Zone was mightly pissed off at her for her obvious faux care.

"Well, thanks to you, for a long time whenever people looked me up or spoke about me it was "Raven's ass this, Raven's ass that" "Sladed" and so on, and so on. But it gave you money, did it not? At the cost of my privacy and my intimacy" - Raven replied swiftly and smoothly, like a hot knife of guilt stabbing the butter mind of Z-tan.

"Are you kidding me? You were PG-13 fan service since the day you were born back in the 80's! You wore a black leotard 24/7 for crying out loud!"

"See, that's where you fail to realize that my creating was a needed cordial gesture of peace during the Cold War's most heated moment. My sensual abilities distracted the beligerents in the conflicts in Southern Africa, Afghanistan and I even made the Falklands War last a mere three months! But you wouldn't know anything about that, would you? For you is "I'm watching you fap! Ha! Gimme money and attention!" - Raven said banging the wheel of her car remembering all of the years under Zone's domain. "Now I think you're suffering from what's called "karma" my dear, friend."

Zone-tan's life was filled with good days, bad days and days not to be remembered. But this was it.

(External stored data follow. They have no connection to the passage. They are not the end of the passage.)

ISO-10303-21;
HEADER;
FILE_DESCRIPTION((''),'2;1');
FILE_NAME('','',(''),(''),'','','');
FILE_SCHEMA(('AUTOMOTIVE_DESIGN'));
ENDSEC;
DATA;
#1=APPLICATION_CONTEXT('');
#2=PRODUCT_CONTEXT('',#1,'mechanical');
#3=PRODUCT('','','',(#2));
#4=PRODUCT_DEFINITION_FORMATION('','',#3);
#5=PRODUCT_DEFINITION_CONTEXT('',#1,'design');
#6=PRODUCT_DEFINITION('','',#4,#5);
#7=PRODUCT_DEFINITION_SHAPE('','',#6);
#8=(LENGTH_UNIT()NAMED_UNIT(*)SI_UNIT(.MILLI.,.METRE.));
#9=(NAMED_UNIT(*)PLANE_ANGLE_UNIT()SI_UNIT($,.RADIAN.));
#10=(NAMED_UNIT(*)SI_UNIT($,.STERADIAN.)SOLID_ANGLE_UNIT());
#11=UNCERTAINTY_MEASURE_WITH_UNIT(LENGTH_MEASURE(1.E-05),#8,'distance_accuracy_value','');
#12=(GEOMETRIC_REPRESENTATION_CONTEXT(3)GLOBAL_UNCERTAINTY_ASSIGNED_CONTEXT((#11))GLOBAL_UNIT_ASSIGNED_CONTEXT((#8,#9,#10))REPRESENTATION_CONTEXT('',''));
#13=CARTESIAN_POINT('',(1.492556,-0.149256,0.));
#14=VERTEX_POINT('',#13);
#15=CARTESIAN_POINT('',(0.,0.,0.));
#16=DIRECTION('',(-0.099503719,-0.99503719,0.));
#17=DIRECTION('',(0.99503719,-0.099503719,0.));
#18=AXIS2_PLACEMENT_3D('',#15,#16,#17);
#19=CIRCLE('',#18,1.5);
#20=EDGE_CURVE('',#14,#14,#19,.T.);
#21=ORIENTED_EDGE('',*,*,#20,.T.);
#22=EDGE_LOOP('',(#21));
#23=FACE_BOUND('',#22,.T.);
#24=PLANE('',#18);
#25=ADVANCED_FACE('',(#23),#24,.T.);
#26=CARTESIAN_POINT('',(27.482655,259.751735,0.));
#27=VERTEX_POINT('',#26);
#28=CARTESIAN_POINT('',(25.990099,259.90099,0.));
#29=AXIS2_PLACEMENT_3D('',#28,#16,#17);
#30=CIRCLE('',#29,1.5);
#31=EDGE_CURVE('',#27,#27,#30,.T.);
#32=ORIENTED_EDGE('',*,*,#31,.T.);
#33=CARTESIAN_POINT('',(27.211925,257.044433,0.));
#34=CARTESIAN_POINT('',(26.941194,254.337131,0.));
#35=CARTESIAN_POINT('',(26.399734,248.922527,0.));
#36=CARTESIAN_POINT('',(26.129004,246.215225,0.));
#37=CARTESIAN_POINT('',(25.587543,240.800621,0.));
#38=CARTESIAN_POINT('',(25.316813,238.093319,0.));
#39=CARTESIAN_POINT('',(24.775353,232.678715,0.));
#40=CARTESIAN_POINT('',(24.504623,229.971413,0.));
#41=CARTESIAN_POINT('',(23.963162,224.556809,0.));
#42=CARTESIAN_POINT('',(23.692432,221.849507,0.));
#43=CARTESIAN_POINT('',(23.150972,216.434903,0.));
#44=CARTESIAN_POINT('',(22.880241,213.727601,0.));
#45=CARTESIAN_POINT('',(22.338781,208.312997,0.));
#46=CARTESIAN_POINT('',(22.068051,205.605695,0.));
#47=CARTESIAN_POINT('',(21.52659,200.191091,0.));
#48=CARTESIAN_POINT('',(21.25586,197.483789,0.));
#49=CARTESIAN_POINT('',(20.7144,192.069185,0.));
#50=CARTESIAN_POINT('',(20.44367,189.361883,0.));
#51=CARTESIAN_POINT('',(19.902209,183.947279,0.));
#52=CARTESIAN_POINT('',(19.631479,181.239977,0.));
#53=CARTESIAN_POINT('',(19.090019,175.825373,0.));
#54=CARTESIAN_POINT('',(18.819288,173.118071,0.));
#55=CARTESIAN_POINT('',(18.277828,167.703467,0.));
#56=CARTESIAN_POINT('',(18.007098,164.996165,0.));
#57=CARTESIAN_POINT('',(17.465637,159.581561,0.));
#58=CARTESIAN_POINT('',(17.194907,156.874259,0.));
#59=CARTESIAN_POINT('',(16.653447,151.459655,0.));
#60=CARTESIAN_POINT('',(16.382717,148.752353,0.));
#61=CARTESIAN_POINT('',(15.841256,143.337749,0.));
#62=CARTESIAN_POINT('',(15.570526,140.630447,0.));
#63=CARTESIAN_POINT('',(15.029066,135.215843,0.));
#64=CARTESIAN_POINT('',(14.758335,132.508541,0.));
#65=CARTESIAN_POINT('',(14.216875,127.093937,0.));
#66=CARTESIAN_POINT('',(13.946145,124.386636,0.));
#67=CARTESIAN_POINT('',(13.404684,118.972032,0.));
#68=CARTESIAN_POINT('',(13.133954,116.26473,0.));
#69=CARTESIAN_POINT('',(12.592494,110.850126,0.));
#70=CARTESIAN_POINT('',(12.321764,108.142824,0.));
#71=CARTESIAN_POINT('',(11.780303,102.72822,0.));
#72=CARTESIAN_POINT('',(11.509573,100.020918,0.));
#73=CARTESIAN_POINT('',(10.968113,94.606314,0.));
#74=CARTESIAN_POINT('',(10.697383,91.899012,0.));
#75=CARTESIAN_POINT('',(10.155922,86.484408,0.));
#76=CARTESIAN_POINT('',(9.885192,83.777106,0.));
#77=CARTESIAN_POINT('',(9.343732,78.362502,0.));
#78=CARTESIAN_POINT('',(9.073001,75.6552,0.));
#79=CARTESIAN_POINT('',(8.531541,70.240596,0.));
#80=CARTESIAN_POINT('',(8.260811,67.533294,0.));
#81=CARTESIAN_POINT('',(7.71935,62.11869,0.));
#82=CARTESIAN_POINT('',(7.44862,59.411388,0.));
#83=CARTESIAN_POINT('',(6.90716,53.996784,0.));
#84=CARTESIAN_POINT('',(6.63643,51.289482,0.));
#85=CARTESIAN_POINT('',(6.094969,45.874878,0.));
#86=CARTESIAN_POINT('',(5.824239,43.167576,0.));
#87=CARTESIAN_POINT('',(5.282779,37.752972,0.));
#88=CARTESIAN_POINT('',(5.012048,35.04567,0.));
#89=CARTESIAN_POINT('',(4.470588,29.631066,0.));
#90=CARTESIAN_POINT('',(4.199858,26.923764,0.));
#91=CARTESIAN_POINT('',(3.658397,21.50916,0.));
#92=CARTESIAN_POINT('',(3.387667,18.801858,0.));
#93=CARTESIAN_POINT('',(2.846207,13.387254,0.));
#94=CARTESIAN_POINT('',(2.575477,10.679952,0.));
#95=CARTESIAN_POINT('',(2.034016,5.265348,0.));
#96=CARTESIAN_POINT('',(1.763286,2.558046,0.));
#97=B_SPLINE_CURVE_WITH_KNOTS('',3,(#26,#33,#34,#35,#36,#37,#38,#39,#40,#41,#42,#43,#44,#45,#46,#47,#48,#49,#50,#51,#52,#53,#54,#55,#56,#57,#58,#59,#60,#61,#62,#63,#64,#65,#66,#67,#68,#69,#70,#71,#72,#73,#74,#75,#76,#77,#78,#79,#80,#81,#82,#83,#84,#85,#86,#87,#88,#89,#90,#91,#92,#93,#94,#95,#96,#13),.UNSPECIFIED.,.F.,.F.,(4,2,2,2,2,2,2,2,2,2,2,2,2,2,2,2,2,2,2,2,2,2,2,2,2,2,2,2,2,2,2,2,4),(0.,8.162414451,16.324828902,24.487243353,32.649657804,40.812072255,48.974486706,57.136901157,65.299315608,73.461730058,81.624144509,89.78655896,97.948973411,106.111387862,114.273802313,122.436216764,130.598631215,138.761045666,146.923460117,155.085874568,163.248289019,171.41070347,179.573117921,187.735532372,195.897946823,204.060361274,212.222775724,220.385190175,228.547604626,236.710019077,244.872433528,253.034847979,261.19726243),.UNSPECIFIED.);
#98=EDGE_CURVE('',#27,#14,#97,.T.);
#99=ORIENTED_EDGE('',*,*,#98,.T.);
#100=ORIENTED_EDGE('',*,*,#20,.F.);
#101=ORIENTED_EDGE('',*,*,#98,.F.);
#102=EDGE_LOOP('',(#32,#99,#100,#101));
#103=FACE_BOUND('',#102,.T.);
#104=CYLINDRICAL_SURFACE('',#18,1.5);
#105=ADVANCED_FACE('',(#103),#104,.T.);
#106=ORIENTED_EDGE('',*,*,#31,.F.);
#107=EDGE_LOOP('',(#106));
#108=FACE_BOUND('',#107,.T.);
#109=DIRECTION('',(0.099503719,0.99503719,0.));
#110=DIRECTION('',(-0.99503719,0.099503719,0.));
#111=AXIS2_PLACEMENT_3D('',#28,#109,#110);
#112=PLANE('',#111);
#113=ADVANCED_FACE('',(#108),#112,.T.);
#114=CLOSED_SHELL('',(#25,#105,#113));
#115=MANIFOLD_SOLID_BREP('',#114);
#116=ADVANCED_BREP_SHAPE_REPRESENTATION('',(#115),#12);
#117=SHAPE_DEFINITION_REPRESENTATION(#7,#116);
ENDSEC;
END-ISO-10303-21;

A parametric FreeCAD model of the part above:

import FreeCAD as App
import Part
import Sketcher


def add_polygon(sketch, points):
    """Adds a closed chain of lines whose ends are joined by coincident constraints."""
    first, n = sketch.GeometryCount, len(points)
    for a, b in zip(points, points[1:] + points[:1]):
        sketch.addGeometry(Part.LineSegment(App.Vector(*a, 0), App.Vector(*b, 0)), False)
    for i in range(n):
        sketch.addConstraint(Sketcher.Constraint("Coincident", first + i, 2, first + (i + 1) % n, 1))

doc = App.newDocument("Part")
params = doc.addObject("Spreadsheet::Sheet", "Params")
for row, (alias, value) in enumerate([
    ("sketch1_length", "1.5 mm"),
    ("revolution_angle", "360 deg"),
], start=1):
    params.set(f"A{row}", alias)
    params.set(f"B{row}", "=" + value)
    params.setAlias(f"B{row}", alias)

body = doc.addObject("PartDesign::Body", "Body")

sketch1 = body.newObject("Sketcher::SketchObject", "Sketch")
sketch1.AttachmentSupport = (doc.getObject("XY_Plane"), [""])
sketch1.MapMode = "FlatFace"
add_polygon(sketch1, [(26, 259.9), (0, 0), (1.5, -0.1), (27.5, 259.8)])
sketch1.addGeometry(Part.LineSegment(App.Vector(0, 0, 0), App.Vector(26, 259.9, 0)), True)
sketch1.addConstraint([
    Sketcher.Constraint("Coincident", 0, 2, -1, 1),
    Sketcher.Constraint("Coincident", 4, 1, -1, 1),
    Sketcher.Constraint("Coincident", 4, 2, 3, 2),
    Sketcher.Constraint("Perpendicular", 0, 1),
    Sketcher.Constraint("Perpendicular", 1, 2),
    Sketcher.Constraint("Perpendicular", 2, 3),
    Sketcher.Constraint("Distance", 1, 1.5),
    Sketcher.Constraint("DistanceX", -1, 1, 3, 2, 25.990099),
    Sketcher.Constraint("DistanceY", -1, 1, 3, 2, 259.90099),
])
sketch1.setExpression("Constraints[10]", "Params.sketch1_length")
revolution = body.newObject("PartDesign::Revolution", "Revolution")
revolution.Profile = sketch1
revolution.ReferenceAxis = (sketch1, ["Axis0"])
revolution.setExpression("Angle", "Params.revolution_angle")

doc.recompute()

Both girls departed their ways. Raven seemed to be leading a succesful life working on pandering reboot after reboot of her previous works. Zone was headed were it all started. ZTV's base located in a remote island in the Bering Sea, Alaska. The place was still stained from the long lost days of futa action with tentacles galore. The smell of dried cum blended with the dirt that caused some slight sneezes on Zone-tan as she recalled her Glory Days. But it was all long gone. She gave one last clean-up to the skull badge, wiping the dust off of it. She saw her reflection and a teardrop fell as she knew that this was the last time she'd be here, or anywhere. She prepared a highly powerful potassium cyanide pill hidden under her skull ribbon and just as she was about to take it she gave her last words "I only wanted to teach the world to fap, in perfect harmony. I failed."
As the pill went into her oral cavity from the shadows a slim figure pushed her making her cough the pill out.

"NO!" - The shadowy figure said. "Zone-tan, you have more than this to live for. Just live, it's not written anywhere where our lives should end or even start. You still have it, that charm, that charisma. Don't give up."

Zone-tan got up from the floor coughing and asking "Who the fuck are you?"

"Just a passing-through Kamen Rider, remember that!" the man replied. He threw a pink camera at Zone exclaiming "CATCH THE WORLD!" as he petted her head.

That head pat, that was the key for the Great Gig inside Zone, she went into a daze and found her true meaning in life. To live, to live unchained from the taboos and social dilemmas of her work. To be beyond porn, to be an artist .

Zone checked the pink camera "Pink? Didn't you have it purple?" she asked

"It's magenta... check the last pictura taken in the reel" the man said

"What are those?" Zone asked, the picture contained a pair of Reindeer-like animals

"Caribous. I took it just outside. To the Auletians the Caribou is a symbol of life. It will be spring here soon, I guess it's the same for you." - The man said again

He vanished into the shadows and Zone saw the world through magenta tinted glasses. The snow melting outside and the sun waving hello to the creatures of the world. It was time to live. Buy the ticket, ride the caribou.

Life is not what we are coded to do on a flash video or in some fanart, but the things we do while we live. And this was the start of a new life for Zone-tan. Catching the world by photography, the sky, the sea, the caribou...

Such was life for our Zone-tan. Forever Lost to the Zone.